Common challenges and solutions:

• Low expression levels:

  • Optimize codon usage for expression host

  • Test different promoter strengths

  • Evaluate expression at lower temperatures with extended induction times

  • Consider fusion tags that enhance solubility (MBP, SUMO)

• Protein aggregation:

  • Screen detergents systematically (start with DDM, LMNG, and CHAPS)

  • Test extraction buffers with varying ionic strengths

  • Include stabilizing agents like glycerol (10-20%)

  • Consider nanodiscs or SMALPs for detergent-free purification

• Protein instability:

  • Include protease inhibitors during all purification steps

  • Maintain elevated temperature (30-45°C) during purification

  • Add glucose as a stabilizing ligand

  • Consider chemical crosslinking for structural studies

• Loss of function:

  • Develop activity assays applicable at each purification stage

  • Monitor protein folding using circular dichroism

  • Perform thermal shift assays to assess stability

  • Test reconstitution in different lipid compositions

Purification protocol optimization table:

What are the most effective approaches to study the interaction between ptsG and other components of the G. stearothermophilus PTS system?

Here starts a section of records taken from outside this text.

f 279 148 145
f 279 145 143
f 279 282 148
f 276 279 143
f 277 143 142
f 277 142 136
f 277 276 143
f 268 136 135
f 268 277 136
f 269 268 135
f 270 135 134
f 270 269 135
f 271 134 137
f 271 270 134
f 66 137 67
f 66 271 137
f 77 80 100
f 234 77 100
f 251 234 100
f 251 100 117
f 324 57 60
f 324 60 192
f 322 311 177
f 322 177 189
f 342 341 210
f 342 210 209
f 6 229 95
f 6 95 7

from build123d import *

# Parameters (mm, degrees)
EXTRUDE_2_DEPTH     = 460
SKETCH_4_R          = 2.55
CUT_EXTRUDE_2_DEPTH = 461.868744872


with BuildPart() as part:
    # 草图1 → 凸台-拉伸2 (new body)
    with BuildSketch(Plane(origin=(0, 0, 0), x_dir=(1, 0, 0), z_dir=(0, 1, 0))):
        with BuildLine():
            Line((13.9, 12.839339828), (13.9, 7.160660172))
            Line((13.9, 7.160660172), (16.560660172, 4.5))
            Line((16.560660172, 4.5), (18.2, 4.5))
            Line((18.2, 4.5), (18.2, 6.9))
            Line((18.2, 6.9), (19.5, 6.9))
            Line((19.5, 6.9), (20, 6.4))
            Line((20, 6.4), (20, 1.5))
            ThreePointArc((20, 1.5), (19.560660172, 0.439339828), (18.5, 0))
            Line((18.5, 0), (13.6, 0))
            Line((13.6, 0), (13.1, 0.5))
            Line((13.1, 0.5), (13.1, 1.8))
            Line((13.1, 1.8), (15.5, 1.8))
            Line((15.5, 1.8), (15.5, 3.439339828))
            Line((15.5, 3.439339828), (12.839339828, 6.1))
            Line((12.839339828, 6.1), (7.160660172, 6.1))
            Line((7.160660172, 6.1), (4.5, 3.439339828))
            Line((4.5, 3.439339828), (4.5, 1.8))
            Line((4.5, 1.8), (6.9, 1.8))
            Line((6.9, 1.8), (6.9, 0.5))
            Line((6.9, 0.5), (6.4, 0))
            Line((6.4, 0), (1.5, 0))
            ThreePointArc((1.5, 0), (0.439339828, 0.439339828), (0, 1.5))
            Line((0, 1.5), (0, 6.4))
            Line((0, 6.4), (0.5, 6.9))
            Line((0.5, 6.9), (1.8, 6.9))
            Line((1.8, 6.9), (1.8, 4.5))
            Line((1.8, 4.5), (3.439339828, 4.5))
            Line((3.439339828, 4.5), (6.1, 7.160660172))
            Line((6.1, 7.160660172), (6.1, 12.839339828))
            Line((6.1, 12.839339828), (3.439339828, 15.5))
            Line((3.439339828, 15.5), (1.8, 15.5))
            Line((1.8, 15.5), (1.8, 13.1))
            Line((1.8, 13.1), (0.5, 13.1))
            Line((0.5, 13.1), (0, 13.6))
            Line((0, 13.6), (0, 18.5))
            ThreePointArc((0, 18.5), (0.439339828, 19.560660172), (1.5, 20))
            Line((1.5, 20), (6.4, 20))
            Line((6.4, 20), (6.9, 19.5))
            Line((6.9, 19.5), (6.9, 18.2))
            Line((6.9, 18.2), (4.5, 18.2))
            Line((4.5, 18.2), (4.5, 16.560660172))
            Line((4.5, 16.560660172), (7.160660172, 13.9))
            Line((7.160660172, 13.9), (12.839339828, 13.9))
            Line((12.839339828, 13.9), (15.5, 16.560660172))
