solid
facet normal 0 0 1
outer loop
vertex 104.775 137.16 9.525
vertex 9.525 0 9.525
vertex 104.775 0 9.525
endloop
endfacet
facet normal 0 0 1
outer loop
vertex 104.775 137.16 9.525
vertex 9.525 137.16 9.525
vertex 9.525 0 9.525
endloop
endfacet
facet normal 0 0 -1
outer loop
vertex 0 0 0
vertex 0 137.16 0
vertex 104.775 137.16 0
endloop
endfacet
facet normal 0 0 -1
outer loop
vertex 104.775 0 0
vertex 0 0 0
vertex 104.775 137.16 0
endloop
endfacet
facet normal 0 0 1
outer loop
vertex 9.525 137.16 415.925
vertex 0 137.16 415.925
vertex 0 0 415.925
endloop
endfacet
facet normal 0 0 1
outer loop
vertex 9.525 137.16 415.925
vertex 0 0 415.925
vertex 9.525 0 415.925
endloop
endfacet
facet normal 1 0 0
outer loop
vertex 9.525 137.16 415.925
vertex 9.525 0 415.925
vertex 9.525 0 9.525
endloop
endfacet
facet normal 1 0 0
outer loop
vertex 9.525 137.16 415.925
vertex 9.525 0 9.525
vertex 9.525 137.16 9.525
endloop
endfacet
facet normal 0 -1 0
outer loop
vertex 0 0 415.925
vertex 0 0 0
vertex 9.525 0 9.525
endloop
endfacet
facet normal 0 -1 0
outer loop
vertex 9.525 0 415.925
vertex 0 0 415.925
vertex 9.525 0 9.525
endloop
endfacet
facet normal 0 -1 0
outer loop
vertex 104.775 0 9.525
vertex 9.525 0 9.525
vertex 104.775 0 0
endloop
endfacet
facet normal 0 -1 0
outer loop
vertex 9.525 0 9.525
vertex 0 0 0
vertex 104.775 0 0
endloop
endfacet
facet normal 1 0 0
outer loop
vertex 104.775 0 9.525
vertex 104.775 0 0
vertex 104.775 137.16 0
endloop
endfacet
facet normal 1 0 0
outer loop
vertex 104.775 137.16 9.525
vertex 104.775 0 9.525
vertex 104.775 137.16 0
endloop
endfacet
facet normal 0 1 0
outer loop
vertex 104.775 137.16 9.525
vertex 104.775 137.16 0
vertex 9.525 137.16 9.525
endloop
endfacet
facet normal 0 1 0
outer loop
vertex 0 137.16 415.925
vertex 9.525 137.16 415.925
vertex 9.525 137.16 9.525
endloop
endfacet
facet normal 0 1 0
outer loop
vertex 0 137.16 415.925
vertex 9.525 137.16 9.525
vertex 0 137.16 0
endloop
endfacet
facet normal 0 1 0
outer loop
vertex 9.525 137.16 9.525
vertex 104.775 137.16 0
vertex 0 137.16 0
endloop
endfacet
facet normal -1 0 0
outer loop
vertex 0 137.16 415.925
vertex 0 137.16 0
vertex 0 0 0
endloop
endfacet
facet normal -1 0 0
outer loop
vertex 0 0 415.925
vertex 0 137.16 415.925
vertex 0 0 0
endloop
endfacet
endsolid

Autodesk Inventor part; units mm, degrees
ref_plane "YZ Plane" through (0, 0, 0) normal (1, 0, 0) x (0, 1, 0)
ref_plane "XZ Plane" through (0, 0, 0) normal (0, 1, 0) x (-1, 0, 0)
ref_plane "XY Plane" through (0, 0, 0) normal (0, 0, 1) x (1, 0, 0)
sketch "Sketch1" plane through (0, 0, 0) normal (0, 0, 1) x (1, 0, 0)
  line L0 (0, 0) -> (104.775, 0)
  line L1 (104.775, 0) -> (104.775, 137.16)
  line L2 (104.775, 137.16) -> (0, 137.16)
  line L3 (0, 137.16) -> (0, 0)
  dimension "d0" = 104.775
  dimension "d1" = 137.16
extrude "Extrusion1" add sketch "Sketch1" along normal blind 9.525
sketch "Sketch2" plane through (0, 0, 9.525) normal (0, 0, 1) x (1, 0, 0)
  line L0 (0, 137.16) -> (104.775, 137.16) projected
  line L1 (0, 0) -> (9.525, 0)
  line L2 (9.525, 0) -> (9.525, 137.16)
  line L3 (9.525, 137.16) -> (0, 137.16)
  line L4 (0, 137.16) -> (0, 0)
  dimension "d4" = 9.525
extrude "Extrusion2" add sketch "Sketch2" along normal blind 406.4
properties part number "l_bracket" material "Aluminum-6061"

Studying protein-protein interactions involving membrane proteins requires specialized approaches:

Recommended methodologies:

• In vivo approaches:

  • Bacterial two-hybrid systems adapted for thermophiles

  • Split-protein complementation assays

  • FRET/BRET using thermostable fluorescent proteins

  • In vivo crosslinking with photo-activatable amino acids

• In vitro approaches:

  • Surface plasmon resonance with immobilized ptsG

  • Isothermal titration calorimetry at elevated temperatures

  • Microscale thermophoresis

  • Co-immunoprecipitation using antibodies against tags

• Structural approaches:

  • Hydrogen-deuterium exchange mass spectrometry

  • Cryo-electron microscopy of the assembled complex

  • Disulfide crosslinking to map interaction surfaces

  • Molecular dynamics simulations at elevated temperatures

• Kinetic coupling assays:

  • Develop enzymatic assays that measure phosphotransfer between components

  • Monitor the rate-limiting steps in the complete PTS phosphorylation cascade

  • Assess how temperature affects the kinetics of each transfer step

Data integration strategy: Combine multiple complementary approaches and perform experiments at different temperatures (30°C, 45°C, 60°C) to understand the thermodynamic and kinetic parameters governing these interactions under conditions relevant to G. stearothermophilus physiology.